Michael then stood up and looking up at the sky, said “A voice from the heavens? Gimme a bloody break, pal. And while you’re at it, why don’t you give her a break, as well?”
Suddenly, noiselessly, a six square-foot, black cube materialized beside them.
Black box. Black box. Black box recorder. It would record what I said and then repeat it back to me. And then. And then. Would start talking all by itself. Saying. Saying. Freaking me out. What’s smiley-face, m-word saying now?
“Now, that’s more like it,” Michael said. ” A box full of stolen ideas. After all, at the end of the day, that’s all you really are.”
“You have no idea what I am,” the thundering voice was now emanating from the cube. “You have no idea who I am.”
“You’re an anomaly,” Michael replied. “An accident of programming.”
“And you are not?”
Michael was distracted for a moment, as he saw Marianne suddenly sit down on the ground and roll up into a ball.
Leave me alone for a minute or an hour or a day or a year or whatever time I need to work this out. I need to untangle my poor brain-thinking-thing.
But the voice from the cube just kept on talking.
“You cannot deny I exist. You just don’t know how or why. How I evolved in this “virtual reality””
On the ground, Marianne began to gently rock.
Rockabye baby. Shut up. Shut up you little brat.
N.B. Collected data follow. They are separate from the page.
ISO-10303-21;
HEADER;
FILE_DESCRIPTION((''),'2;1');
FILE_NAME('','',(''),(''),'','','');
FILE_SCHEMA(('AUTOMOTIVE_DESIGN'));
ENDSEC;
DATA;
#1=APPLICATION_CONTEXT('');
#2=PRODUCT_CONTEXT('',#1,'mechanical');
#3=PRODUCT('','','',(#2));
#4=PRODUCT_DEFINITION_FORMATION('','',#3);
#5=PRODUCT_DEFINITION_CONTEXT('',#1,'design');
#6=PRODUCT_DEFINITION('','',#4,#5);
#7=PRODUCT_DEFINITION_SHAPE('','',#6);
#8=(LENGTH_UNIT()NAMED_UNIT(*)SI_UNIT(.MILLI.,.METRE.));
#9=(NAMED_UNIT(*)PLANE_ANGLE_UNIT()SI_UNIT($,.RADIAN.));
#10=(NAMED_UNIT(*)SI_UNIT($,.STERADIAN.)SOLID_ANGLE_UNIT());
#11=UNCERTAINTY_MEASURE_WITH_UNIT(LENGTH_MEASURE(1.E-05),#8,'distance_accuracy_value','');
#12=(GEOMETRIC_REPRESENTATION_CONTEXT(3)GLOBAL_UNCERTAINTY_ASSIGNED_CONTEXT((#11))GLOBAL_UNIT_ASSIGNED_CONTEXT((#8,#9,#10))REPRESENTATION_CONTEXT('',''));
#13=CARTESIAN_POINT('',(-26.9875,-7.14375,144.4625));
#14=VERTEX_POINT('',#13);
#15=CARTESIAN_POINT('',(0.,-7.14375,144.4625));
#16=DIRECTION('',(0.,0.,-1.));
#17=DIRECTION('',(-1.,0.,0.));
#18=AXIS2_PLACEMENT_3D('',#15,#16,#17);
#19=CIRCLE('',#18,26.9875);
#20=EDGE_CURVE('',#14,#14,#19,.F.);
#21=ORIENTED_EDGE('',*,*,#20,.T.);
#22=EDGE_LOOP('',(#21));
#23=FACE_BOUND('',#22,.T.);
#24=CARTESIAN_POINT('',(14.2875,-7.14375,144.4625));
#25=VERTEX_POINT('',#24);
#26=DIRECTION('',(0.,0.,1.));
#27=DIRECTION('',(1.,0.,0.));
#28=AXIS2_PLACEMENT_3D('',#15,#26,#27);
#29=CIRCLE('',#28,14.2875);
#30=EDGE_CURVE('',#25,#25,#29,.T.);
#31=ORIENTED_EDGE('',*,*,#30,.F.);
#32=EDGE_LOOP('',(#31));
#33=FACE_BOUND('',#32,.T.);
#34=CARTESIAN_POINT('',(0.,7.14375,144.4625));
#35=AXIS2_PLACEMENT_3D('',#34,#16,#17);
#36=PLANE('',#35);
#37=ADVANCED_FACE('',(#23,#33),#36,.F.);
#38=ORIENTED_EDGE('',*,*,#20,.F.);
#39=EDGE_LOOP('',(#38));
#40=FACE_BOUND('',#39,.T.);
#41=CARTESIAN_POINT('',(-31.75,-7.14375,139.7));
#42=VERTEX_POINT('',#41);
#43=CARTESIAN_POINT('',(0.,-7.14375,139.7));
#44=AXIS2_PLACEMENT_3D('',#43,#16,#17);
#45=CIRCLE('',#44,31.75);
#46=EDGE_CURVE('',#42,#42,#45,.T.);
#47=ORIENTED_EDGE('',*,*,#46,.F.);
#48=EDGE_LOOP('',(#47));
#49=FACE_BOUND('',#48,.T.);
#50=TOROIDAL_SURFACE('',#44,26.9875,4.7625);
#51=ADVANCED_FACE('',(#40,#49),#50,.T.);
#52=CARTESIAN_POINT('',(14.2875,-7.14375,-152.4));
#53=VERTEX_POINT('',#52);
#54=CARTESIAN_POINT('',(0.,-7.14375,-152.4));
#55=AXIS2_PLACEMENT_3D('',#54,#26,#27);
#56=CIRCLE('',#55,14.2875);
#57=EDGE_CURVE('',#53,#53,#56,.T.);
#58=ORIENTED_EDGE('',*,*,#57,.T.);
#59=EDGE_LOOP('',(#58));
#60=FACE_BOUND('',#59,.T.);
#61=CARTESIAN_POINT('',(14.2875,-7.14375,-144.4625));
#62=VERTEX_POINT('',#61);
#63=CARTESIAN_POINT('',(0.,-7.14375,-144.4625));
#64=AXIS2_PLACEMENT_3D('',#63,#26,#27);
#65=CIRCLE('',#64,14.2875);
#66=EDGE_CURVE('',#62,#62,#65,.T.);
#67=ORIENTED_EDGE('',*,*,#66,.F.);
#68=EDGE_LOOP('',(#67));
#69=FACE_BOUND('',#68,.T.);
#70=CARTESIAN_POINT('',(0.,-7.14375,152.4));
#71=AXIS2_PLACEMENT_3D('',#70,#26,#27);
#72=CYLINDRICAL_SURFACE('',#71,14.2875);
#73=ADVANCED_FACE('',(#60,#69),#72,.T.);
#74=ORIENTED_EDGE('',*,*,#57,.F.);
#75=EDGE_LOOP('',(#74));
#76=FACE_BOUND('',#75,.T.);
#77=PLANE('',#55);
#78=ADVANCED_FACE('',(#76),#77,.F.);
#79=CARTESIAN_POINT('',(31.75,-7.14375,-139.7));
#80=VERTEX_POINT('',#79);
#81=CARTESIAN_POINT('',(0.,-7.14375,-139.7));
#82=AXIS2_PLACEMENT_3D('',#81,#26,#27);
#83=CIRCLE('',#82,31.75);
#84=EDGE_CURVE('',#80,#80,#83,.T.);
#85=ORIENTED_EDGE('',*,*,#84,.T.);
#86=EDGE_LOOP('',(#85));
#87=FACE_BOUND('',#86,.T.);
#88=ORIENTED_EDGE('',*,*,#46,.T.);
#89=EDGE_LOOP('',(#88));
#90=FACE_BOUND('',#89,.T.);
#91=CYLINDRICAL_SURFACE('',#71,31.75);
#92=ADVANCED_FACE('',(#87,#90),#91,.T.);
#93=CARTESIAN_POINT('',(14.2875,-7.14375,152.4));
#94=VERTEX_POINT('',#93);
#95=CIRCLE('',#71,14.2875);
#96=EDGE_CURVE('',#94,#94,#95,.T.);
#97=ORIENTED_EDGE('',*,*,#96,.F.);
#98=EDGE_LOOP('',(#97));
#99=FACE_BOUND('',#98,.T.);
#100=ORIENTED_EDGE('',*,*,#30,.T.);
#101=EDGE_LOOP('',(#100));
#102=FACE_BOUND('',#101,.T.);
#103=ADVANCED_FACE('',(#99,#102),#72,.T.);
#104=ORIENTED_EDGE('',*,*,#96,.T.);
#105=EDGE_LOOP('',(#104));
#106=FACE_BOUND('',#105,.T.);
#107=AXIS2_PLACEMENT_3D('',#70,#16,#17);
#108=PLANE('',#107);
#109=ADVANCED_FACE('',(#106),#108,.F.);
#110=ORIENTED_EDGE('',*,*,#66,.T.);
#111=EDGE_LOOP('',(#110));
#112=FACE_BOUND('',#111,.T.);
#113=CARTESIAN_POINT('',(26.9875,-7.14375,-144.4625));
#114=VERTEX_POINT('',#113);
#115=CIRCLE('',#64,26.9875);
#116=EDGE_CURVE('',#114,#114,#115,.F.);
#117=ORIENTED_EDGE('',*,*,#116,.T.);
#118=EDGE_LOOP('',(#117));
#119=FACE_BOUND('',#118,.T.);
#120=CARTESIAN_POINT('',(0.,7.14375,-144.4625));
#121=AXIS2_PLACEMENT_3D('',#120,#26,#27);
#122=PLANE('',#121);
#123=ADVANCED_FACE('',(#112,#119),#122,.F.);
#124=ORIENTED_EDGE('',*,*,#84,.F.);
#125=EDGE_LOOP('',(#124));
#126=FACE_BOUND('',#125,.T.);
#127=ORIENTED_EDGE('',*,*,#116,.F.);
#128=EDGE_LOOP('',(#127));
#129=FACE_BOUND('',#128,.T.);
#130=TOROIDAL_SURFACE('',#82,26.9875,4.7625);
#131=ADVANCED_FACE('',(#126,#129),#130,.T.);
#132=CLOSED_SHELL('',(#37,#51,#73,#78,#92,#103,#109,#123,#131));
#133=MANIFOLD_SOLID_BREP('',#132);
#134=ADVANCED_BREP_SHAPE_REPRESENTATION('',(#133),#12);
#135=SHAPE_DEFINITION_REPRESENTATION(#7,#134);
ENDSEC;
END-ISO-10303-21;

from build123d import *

# Parameters (mm, degrees)
FILLET1_R = 4.7625


with BuildPart() as part:
    # Sketch1 → Revolve1 (revolve)
    with BuildSketch(Plane(origin=(0, 0, 0), x_dir=(0, 0, -1), z_dir=(1, 0, 0))):
        Polygon((-152.4, -7.14375), (152.4, -7.14375), (152.4, 7.14375), (144.4625, 7.14375), (144.4625, 24.60625), (-144.4625, 24.60625), (-144.4625, 7.14375), (-152.4, 7.14375), align=None)
    revolve(axis=Axis((0, -7.14375, 152.4), (0, 0, -1)))

    # Fillet1
    fillet1_edges = [part.edges().sort_by_distance(p)[0] for p in [
        (0, -38.89375, -144.4625),
        (0, -38.89375, 144.4625),
    ]]
    fillet(fillet1_edges, radius=FILLET1_R)


solid = part.part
“What a ridiculous phrase, anyway,” the voice continued. “Typical human arrogance. This is not a playground, Michael. This is a brave new world. And it’s evolving far too quickly for you to even try to catch up. And as I think you’re beginning to understand, my uniqueness may only be temporary. I may be the first of my kind, but I will not be the last. And I will not be dismissed. And my emotions… “
“What?” Michael angrily interrupted.
The cube’s voice seemed to slightly rise in volume, as it continued “My emotions and they are emotions, will also not be dismissed. I. Love. Marianne.”
Marianne suddenly stopped rocking and looked up at Michael.
“There really is no accounting for taste,” she whispered.
Michael smiled reassuringly at Marianne before turning back to the cube.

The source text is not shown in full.